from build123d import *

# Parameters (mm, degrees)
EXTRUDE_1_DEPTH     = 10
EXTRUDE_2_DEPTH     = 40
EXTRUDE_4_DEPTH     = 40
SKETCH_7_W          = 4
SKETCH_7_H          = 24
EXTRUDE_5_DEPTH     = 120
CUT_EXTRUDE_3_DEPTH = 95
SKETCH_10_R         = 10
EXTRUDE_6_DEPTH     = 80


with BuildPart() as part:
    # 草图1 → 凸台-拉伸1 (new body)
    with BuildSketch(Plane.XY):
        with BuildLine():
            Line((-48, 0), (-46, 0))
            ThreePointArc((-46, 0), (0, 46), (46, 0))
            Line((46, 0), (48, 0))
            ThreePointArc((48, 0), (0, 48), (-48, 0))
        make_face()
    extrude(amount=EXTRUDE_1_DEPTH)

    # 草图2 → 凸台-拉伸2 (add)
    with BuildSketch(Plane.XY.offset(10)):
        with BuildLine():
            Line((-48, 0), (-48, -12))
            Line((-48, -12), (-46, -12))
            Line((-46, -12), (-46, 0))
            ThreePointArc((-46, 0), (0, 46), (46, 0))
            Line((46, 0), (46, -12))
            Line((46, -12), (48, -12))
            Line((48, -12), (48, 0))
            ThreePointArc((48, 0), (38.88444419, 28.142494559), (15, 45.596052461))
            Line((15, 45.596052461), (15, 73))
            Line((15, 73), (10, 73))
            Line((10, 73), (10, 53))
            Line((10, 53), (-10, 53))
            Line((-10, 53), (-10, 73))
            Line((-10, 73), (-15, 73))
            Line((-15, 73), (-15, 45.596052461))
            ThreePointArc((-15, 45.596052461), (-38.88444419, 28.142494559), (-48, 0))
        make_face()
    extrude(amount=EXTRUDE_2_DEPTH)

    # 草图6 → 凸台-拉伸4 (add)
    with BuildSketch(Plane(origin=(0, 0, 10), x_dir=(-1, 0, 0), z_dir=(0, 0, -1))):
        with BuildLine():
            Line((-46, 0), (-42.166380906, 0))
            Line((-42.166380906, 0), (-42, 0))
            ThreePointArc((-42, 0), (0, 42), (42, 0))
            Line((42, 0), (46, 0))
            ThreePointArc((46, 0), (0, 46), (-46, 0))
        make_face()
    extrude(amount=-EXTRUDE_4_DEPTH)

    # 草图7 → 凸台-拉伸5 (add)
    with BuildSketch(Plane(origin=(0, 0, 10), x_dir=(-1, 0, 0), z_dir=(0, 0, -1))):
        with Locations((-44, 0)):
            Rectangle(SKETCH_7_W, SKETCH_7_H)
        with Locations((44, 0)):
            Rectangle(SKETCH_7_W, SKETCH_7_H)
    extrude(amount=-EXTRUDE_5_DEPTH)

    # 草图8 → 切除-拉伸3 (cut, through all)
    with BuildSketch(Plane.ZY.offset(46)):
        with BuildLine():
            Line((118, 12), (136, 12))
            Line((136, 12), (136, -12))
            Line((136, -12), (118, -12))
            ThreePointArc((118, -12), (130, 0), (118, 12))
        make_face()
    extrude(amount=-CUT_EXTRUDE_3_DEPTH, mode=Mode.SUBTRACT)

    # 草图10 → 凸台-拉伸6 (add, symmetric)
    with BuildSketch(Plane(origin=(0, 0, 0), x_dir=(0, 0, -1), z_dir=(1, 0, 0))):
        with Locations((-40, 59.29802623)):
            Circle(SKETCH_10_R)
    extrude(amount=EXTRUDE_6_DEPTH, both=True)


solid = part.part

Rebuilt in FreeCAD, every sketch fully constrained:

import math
import FreeCAD as App
import Part
import Sketcher

doc = App.newDocument("Part")
body = doc.addObject("PartDesign::Body", "Body")

sketch1 = body.newObject("Sketcher::SketchObject", "Sketch")
sketch1.AttachmentSupport = (doc.getObject("XY_Plane"), [""])
sketch1.MapMode = "FlatFace"
sketch1.addGeometry([
    Part.LineSegment(App.Vector(-48, 0, 0), App.Vector(-46, 0, 0)),
    Part.ArcOfCircle(Part.Circle(App.Vector(0, 0, 0), App.Vector(0, 0, 1), 46), math.radians(0), math.radians(180)),
    Part.LineSegment(App.Vector(46, 0, 0), App.Vector(48, 0, 0)),
    Part.ArcOfCircle(Part.Circle(App.Vector(0, 0, 0), App.Vector(0, 0, 1), 48), math.radians(0), math.radians(180)),
], False)
sketch1.addConstraint([
    Sketcher.Constraint("Coincident", 0, 2, 1, 2),
    Sketcher.Constraint("Coincident", 1, 1, 2, 1),
    Sketcher.Constraint("Coincident", 2, 2, 3, 1),
    Sketcher.Constraint("Coincident", 3, 2, 0, 1),
    Sketcher.Constraint("Horizontal", 0),
    Sketcher.Constraint("Horizontal", 2),
    Sketcher.Constraint("Coincident", 1, 3, -1, 1),
    Sketcher.Constraint("Coincident", 3, 3, -1, 1),
    Sketcher.Constraint("PointOnObject", 0, 2, -1),
    Sketcher.Constraint("PointOnObject", 1, 1, -1),
    Sketcher.Constraint("Radius", 1, 46.0),
    Sketcher.Constraint("Radius", 3, 48.0),
])
pad1 = body.newObject("PartDesign::Pad", "Pad")
pad1.Profile = sketch1
pad1.Length = 10

sketch2 = body.newObject("Sketcher::SketchObject", "Sketch001")
sketch2.AttachmentSupport = (doc.getObject("XY_Plane"), [""])
sketch2.MapMode = "FlatFace"
sketch2.AttachmentOffset = App.Placement(App.Vector(0, 0, 10), App.Rotation())
sketch2.addGeometry([
    Part.LineSegment(App.Vector(-48, 0, 0), App.Vector(-48, -12, 0)),
    Part.LineSegment(App.Vector(-48, -12, 0), App.Vector(-46, -12, 0)),
    Part.LineSegment(App.Vector(-46, -12, 0), App.Vector(-46, 0, 0)),
    Part.ArcOfCircle(Part.Circle(App.Vector(0, 0, 0), App.Vector(0, 0, 1), 46), math.radians(0), math.radians(180)),
    Part.LineSegment(App.Vector(46, 0, 0), App.Vector(46, -12, 0)),
    Part.LineSegment(App.Vector(46, -12, 0), App.Vector(48, -12, 0)),
    Part.LineSegment(App.Vector(48, -12, 0), App.Vector(48, 0, 0)),
    Part.ArcOfCircle(Part.Circle(App.Vector(0, 0, 0), App.Vector(0, 0, 1), 48), math.radians(0), math.radians(72)),
    Part.LineSegment(App.Vector(15, 45.6, 0), App.Vector(15, 73, 0)),
    Part.LineSegment(App.Vector(15, 73, 0), App.Vector(10, 73, 0)),
    Part.LineSegment(App.Vector(10, 73, 0), App.Vector(10, 53, 0)),
    Part.LineSegment(App.Vector(10, 53, 0), App.Vector(-10, 53, 0)),
    Part.LineSegment(App.Vector(-10, 53, 0), App.Vector(-10, 73, 0)),
    Part.LineSegment(App.Vector(-10, 73, 0), App.Vector(-15, 73, 0)),
    Part.LineSegment(App.Vector(-15, 73, 0), App.Vector(-15, 45.6, 0)),
    Part.ArcOfCircle(Part.Circle(App.Vector(0, 0, 0), App.Vector(0, 0, 1), 48), math.radians(108), math.radians(180)),
], False)
sketch2.addConstraint([
    Sketcher.Constraint("Coincident", 0, 2, 1, 1),
    Sketcher.Constraint("Coincident", 1, 2, 2, 1),
    Sketcher.Constraint("Tangent", 2, 2, 3, 2),
    Sketcher.Constraint("Tangent", 3, 1, 4, 1),
    Sketcher.Constraint("Coincident", 4, 2, 5, 1),
    Sketcher.Constraint("Coincident", 5, 2, 6, 1),
    Sketcher.Constraint("Tangent", 6, 2, 7, 1),
    Sketcher.Constraint("Coincident", 7, 2, 8, 1),
    Sketcher.Constraint("Coincident", 8, 2, 9, 1),
    Sketcher.Constraint("Coincident", 9, 2, 10, 1),
    Sketcher.Constraint("Coincident", 10, 2, 11, 1),
    Sketcher.Constraint("Coincident", 11, 2, 12, 1),
    Sketcher.Constraint("Coincident", 12, 2, 13, 1),
    Sketcher.Constraint("Coincident", 13, 2, 14, 1),
    Sketcher.Constraint("Coincident", 14, 2, 15, 1),
    Sketcher.Constraint("Tangent", 15, 2, 0, 1),
    Sketcher.Constraint("Vertical", 0),
    Sketcher.Constraint("Horizontal", 1),
    Sketcher.Constraint("Vertical", 2),
    Sketcher.Constraint("Vertical", 4),
    Sketcher.Constraint("Horizontal", 5),
    Sketcher.Constraint("Vertical", 6),
    Sketcher.Constraint("Vertical", 8),
    Sketcher.Constraint("Horizontal", 9),
    Sketcher.Constraint("Vertical", 10),
    Sketcher.Constraint("Horizontal", 11),
    Sketcher.Constraint("Vertical", 12),
    Sketcher.Constraint("Horizontal", 13),
    Sketcher.Constraint("Vertical", 14),
    Sketcher.Constraint("Coincident", 3, 3, -1, 1),
    Sketcher.Constraint("Coincident", 7, 3, -1, 1),
    Sketcher.Constraint("Coincident", 15, 3, -1, 1),
    Sketcher.Constraint("Equal", 7, 15),
    Sketcher.Constraint("Symmetric", 9, 2, 12, 2, -2),
    Sketcher.Constraint("Horizontal", 1, 2, 4, 2),
    Sketcher.Constraint("Horizontal", 7, 2, 14, 2),
    Sketcher.Constraint("Equal", 11, 10),
    Sketcher.Constraint("Radius", 3, 46.0),
    Sketcher.Constraint("Radius", 7, 48.0),
    Sketcher.Constraint("DistanceX", 9, 2, 9, 1, 5.0),
    Sketcher.Constraint("DistanceX", 11, 2, 11, 1, 20.0),
    Sketcher.Constraint("DistanceY", 0, 2, 0, 1, 12.0),
    Sketcher.Constraint("DistanceY", -1, 1, 8, 2, 73.0),
])
pad2 = body.newObject("PartDesign::Pad", "Pad001")
pad2.Profile = sketch2
pad2.Length = 40

sketch3 = body.newObject("Sketcher::SketchObject", "Sketch002")
sketch3.AttachmentSupport = (doc.getObject("XY_Plane"), [""])
sketch3.MapMode = "FlatFace"
sketch3.AttachmentOffset = App.Placement(App.Vector(0, 0, 10), App.Rotation())
sketch3.addGeometry([
    Part.LineSegment(App.Vector(46, 0, 0), App.Vector(42, 0, 0)),
    Part.ArcOfCircle(Part.Circle(App.Vector(0, 0, 0), App.Vector(0, 0, 1), 42), math.radians(0), math.radians(180)),
    Part.LineSegment(App.Vector(-42, 0, 0), App.Vector(-46, 0, 0)),
    Part.ArcOfCircle(Part.Circle(App.Vector(0, 0, 0), App.Vector(0, 0, 1), 46), math.radians(0), math.radians(180)),
], False)
sketch3.addConstraint([
    Sketcher.Constraint("Coincident", 0, 2, 1, 1),
    Sketcher.Constraint("Coincident", 1, 2, 2, 1),
    Sketcher.Constraint("Coincident", 2, 2, 3, 2),
    Sketcher.Constraint("Coincident", 3, 1, 0, 1),
    Sketcher.Constraint("Horizontal", 0),
    Sketcher.Constraint("Horizontal", 2),
    Sketcher.Constraint("Coincident", 1, 3, -1, 1),
    Sketcher.Constraint("Coincident", 3, 3, -1, 1),
    Sketcher.Constraint("PointOnObject", 0, 2, -1),
    Sketcher.Constraint("PointOnObject", 1, 2, -1),
    Sketcher.Constraint("Radius", 1, 42.0),
    Sketcher.Constraint("Radius", 3, 46.0),
])
pad3 = body.newObject("PartDesign::Pad", "Pad002")
pad3.Profile = sketch3
pad3.Length = 40

sketch4 = body.newObject("Sketcher::SketchObject", "Sketch003")
sketch4.AttachmentSupport = (doc.getObject("XY_Plane"), [""])
sketch4.MapMode = "FlatFace"
sketch4.AttachmentOffset = App.Placement(App.Vector(0, 0, 10), App.Rotation())
sketch4.addGeometry([
    Part.LineSegment(App.Vector(46, 12, 0), App.Vector(46, -12, 0)),
    Part.LineSegment(App.Vector(46, -12, 0), App.Vector(42, -12, 0)),
    Part.LineSegment(App.Vector(42, -12, 0), App.Vector(42, 12, 0)),
    Part.LineSegment(App.Vector(42, 12, 0), App.Vector(46, 12, 0)),
    Part.LineSegment(App.Vector(-42, 12, 0), App.Vector(-42, -12, 0)),
    Part.LineSegment(App.Vector(-42, -12, 0), App.Vector(-46, -12, 0)),
    Part.LineSegment(App.Vector(-46, -12, 0), App.Vector(-46, 12, 0)),
    Part.LineSegment(App.Vector(-46, 12, 0), App.Vector(-42, 12, 0)),
], False)
sketch4.addConstraint([
    Sketcher.Constraint("Coincident", 0, 2, 1, 1),
    Sketcher.Constraint("Coincident", 1, 2, 2, 1),
    Sketcher.Constraint("Coincident", 2, 2, 3, 1),
    Sketcher.Constraint("Coincident", 3, 2, 0, 1),
    Sketcher.Constraint("Coincident", 4, 2, 5, 1),
    Sketcher.Constraint("Coincident", 5, 2, 6, 1),
    Sketcher.Constraint("Coincident", 6, 2, 7, 1),
    Sketcher.Constraint("Coincident", 7, 2, 4, 1),
    Sketcher.Constraint("Vertical", 0),
    Sketcher.Constraint("Horizontal", 1),
    Sketcher.Constraint("Vertical", 2),
    Sketcher.Constraint("Horizontal", 3),
    Sketcher.Constraint("Vertical", 4),
    Sketcher.Constraint("Horizontal", 5),
    Sketcher.Constraint("Vertical", 6),
    Sketcher.Constraint("Horizontal", 7),
    Sketcher.Constraint("Symmetric", 2, 2, 4, 2, -1, 1),
    Sketcher.Constraint("Symmetric", 0, 2, 6, 2, -1, 1),
    Sketcher.Constraint("Horizontal", 1, 2, 4, 2),
    Sketcher.Constraint("DistanceX", 1, 2, 1, 1, 4.0),
    Sketcher.Constraint("DistanceY", 0, 2, 0, 1, 24.0),
    Sketcher.Constraint("DistanceX", -1, 1, 0, 2, 46.0),
])
pad4 = body.newObject("PartDesign::Pad", "Pad003")
pad4.Profile = sketch4
pad4.Length = 120

sketch5 = body.newObject("Sketcher::SketchObject", "Sketch004")
sketch5.AttachmentSupport = (doc.getObject("YZ_Plane"), [""])
sketch5.MapMode = "FlatFace"
sketch5.AttachmentOffset = App.Placement(App.Vector(0, 0, -46), App.Rotation())
sketch5.addGeometry([
    Part.LineSegment(App.Vector(12, 136, 0), App.Vector(12, 118, 0)),
    Part.ArcOfCircle(Part.Circle(App.Vector(0, 118, 0), App.Vector(0, 0, 1), 12), math.radians(0), math.radians(180)),
    Part.LineSegment(App.Vector(-12, 118, 0), App.Vector(-12, 136, 0)),
    Part.LineSegment(App.Vector(-12, 136, 0), App.Vector(12, 136, 0)),
], False)
sketch5.addConstraint([
    Sketcher.Constraint("Tangent", 0, 2, 1, 1),
    Sketcher.Constraint("Tangent", 1, 2, 2, 1),
    Sketcher.Constraint("Coincident", 2, 2, 3, 1),
    Sketcher.Constraint("Coincident", 3, 2, 0, 1),
    Sketcher.Constraint("Vertical", 0),
    Sketcher.Constraint("Vertical", 2),
    Sketcher.Constraint("Horizontal", 3),
    Sketcher.Constraint("PointOnObject", 1, 3, -2),
    Sketcher.Constraint("Radius", 1, 12.0),
    Sketcher.Constraint("DistanceY", 0, 2, 0, 1, 18.0),
    Sketcher.Constraint("DistanceY", -1, 1, 1, 3, 118.0),
])
pocket1 = body.newObject("PartDesign::Pocket", "Pocket")
pocket1.Profile = sketch5
pocket1.Type = "ThroughAll"
pocket1.Reversed = True

sketch6 = body.newObject("Sketcher::SketchObject", "Sketch005")
sketch6.AttachmentSupport = (doc.getObject("YZ_Plane"), [""])
sketch6.MapMode = "FlatFace"
sketch6.addGeometry(Part.Circle(App.Vector(59, 40, 0), App.Vector(0, 0, 1), 10), False)
sketch6.addConstraint([
    Sketcher.Constraint("Diameter", 0, 20.0),
    Sketcher.Constraint("DistanceY", -1, 1, 0, 3, 40.0),
    Sketcher.Constraint("DistanceX", -1, 1, 0, 3, 59.298026),
])
pad5 = body.newObject("PartDesign::Pad", "Pad004")
pad5.Profile = sketch6
pad5.Length = 160
pad5.Midplane = True

doc.recompute()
──────────────────────────────
__Goal of the exercise__
Print, exactly as written, the first line of the records above and each line after it until the line with "# 草图6 → 凸台-拉伸4 (add)", which is printed too.

__Worked solution__
from build123d import *

# Parameters (mm, degrees)
EXTRUDE_1_DEPTH     = 10
EXTRUDE_2_DEPTH     = 40
EXTRUDE_4_DEPTH     = 40
SKETCH_7_W          = 4
SKETCH_7_H          = 24
EXTRUDE_5_DEPTH     = 120
CUT_EXTRUDE_3_DEPTH = 95
SKETCH_10_R         = 10
EXTRUDE_6_DEPTH     = 80


with BuildPart() as part:
    # 草图1 → 凸台-拉伸1 (new body)
    with BuildSketch(Plane.XY):
        with BuildLine():
            Line((-48, 0), (-46, 0))
            ThreePointArc((-46, 0), (0, 46), (46, 0))
            Line((46, 0), (48, 0))
            ThreePointArc((48, 0), (0, 48), (-48, 0))
        make_face()
    extrude(amount=EXTRUDE_1_DEPTH)

    # 草图2 → 凸台-拉伸2 (add)
    with BuildSketch(Plane.XY.offset(10)):
        with BuildLine():
            Line((-48, 0), (-48, -12))
            Line((-48, -12), (-46, -12))
            Line((-46, -12), (-46, 0))
            ThreePointArc((-46, 0), (0, 46), (46, 0))
            Line((46, 0), (46, -12))
            Line((46, -12), (48, -12))
            Line((48, -12), (48, 0))
            ThreePointArc((48, 0), (38.88444419, 28.142494559), (15, 45.596052461))
            Line((15, 45.596052461), (15, 73))
            Line((15, 73), (10, 73))
            Line((10, 73), (10, 53))
            Line((10, 53), (-10, 53))
            Line((-10, 53), (-10, 73))
            Line((-10, 73), (-15, 73))
            Line((-15, 73), (-15, 45.596052461))
            ThreePointArc((-15, 45.596052461), (-38.88444419, 28.142494559), (-48, 0))
        make_face()
    extrude(amount=EXTRUDE_2_DEPTH)

    # 草图6 → 凸台-拉伸4 (add)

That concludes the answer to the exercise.